Task prompt:
Where the string "CIRCLE" occurs in the material below, report the whole line.

Records for processing:
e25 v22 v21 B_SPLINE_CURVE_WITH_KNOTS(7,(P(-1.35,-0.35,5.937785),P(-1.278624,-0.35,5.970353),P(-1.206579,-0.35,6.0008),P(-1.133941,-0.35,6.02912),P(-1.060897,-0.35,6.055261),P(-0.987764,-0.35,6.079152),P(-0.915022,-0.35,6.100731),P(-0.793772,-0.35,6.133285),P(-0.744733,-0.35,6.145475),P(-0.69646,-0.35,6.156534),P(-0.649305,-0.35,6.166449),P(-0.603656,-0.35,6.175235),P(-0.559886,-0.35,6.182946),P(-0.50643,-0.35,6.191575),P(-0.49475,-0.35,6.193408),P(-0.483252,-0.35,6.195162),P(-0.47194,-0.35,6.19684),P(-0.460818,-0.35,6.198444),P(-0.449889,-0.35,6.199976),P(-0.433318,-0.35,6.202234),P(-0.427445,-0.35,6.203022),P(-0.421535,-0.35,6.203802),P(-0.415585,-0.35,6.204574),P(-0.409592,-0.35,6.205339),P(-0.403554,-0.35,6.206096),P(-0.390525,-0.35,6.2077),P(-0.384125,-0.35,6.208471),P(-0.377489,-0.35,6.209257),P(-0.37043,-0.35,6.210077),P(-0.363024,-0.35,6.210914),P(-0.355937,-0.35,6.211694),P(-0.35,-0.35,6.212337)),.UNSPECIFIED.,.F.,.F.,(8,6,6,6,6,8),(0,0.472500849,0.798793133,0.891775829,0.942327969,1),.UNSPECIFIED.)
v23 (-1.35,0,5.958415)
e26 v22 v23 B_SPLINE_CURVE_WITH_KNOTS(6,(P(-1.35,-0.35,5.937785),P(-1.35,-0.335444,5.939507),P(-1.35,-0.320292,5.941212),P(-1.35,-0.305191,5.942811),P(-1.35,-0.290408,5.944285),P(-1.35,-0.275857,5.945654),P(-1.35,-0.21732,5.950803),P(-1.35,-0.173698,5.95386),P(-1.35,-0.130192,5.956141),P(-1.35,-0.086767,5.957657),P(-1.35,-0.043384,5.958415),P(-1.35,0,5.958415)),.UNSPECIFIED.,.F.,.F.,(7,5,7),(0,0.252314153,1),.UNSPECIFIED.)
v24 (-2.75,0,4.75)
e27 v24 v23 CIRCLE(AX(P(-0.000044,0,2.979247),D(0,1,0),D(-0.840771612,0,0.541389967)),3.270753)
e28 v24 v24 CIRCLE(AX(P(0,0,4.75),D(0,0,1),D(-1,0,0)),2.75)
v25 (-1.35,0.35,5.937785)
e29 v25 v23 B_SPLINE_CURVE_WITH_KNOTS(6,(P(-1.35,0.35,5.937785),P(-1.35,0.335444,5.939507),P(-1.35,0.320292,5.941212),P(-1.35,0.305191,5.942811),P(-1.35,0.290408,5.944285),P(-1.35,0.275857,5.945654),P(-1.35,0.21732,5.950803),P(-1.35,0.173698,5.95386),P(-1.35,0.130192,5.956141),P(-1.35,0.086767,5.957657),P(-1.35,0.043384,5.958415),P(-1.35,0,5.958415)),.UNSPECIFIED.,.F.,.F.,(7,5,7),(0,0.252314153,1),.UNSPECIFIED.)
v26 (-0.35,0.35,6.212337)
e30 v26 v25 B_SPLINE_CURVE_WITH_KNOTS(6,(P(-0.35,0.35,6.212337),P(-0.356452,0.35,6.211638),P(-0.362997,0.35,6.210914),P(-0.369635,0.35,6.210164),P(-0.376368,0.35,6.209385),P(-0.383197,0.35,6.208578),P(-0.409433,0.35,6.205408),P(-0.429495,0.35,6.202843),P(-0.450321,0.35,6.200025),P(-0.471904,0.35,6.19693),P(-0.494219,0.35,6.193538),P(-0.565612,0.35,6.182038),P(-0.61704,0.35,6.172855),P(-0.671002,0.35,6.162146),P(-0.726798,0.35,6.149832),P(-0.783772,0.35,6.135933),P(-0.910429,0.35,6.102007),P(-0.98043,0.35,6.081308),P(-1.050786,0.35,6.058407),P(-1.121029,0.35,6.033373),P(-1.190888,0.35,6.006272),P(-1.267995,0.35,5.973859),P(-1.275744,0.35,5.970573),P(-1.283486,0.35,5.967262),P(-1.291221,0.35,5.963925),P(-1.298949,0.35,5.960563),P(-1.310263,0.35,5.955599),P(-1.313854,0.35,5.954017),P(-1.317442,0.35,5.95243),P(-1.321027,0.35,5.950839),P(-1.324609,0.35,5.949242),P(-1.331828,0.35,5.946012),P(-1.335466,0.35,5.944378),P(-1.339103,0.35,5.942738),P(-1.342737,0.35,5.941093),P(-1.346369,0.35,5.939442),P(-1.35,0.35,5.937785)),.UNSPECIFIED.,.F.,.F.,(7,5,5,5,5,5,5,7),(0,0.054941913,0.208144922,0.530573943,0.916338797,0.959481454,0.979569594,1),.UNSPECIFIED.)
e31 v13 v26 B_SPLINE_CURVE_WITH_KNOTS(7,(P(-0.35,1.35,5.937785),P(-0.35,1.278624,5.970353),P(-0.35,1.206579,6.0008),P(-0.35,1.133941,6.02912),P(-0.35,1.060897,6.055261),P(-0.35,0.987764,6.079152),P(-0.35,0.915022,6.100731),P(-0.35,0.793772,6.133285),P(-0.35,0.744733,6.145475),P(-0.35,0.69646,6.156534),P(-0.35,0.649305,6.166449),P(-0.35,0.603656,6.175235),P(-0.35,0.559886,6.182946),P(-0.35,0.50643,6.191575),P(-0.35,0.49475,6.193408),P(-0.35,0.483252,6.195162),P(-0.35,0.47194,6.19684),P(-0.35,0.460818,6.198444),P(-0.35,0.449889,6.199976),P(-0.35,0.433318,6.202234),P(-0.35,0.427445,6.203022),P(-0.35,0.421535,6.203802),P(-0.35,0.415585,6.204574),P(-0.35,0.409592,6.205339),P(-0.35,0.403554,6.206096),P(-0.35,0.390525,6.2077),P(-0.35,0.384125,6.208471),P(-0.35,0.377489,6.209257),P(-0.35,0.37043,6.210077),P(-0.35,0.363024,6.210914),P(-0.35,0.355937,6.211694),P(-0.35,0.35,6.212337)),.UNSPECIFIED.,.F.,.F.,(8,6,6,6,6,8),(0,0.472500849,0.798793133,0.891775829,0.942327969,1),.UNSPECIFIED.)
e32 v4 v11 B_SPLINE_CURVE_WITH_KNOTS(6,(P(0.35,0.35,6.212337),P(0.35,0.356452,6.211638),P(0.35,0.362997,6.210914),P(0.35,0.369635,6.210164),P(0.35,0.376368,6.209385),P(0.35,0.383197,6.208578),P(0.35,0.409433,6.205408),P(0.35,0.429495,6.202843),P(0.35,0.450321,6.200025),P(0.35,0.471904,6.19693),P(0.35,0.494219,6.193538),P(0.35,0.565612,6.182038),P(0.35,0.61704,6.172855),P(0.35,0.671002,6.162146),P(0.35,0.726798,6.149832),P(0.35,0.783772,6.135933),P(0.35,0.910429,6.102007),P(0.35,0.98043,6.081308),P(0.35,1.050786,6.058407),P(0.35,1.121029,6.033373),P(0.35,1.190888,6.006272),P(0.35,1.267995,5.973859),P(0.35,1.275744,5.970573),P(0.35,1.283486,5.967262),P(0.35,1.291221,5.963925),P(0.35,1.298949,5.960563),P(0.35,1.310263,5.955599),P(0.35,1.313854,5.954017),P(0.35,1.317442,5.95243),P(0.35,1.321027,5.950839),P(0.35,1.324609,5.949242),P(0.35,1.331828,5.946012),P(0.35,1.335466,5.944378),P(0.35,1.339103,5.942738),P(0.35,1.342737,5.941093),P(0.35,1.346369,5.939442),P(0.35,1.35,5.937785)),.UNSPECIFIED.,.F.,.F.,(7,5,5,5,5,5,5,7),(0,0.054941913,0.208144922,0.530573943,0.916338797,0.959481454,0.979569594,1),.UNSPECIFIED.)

Reply to the exercise:
e27 v24 v23 CIRCLE(AX(P(-0.000044,0,2.979247),D(0,1,0),D(-0.840771612,0,0.541389967)),3.270753)
e28 v24 v24 CIRCLE(AX(P(0,0,4.75),D(0,0,1),D(-1,0,0)),2.75)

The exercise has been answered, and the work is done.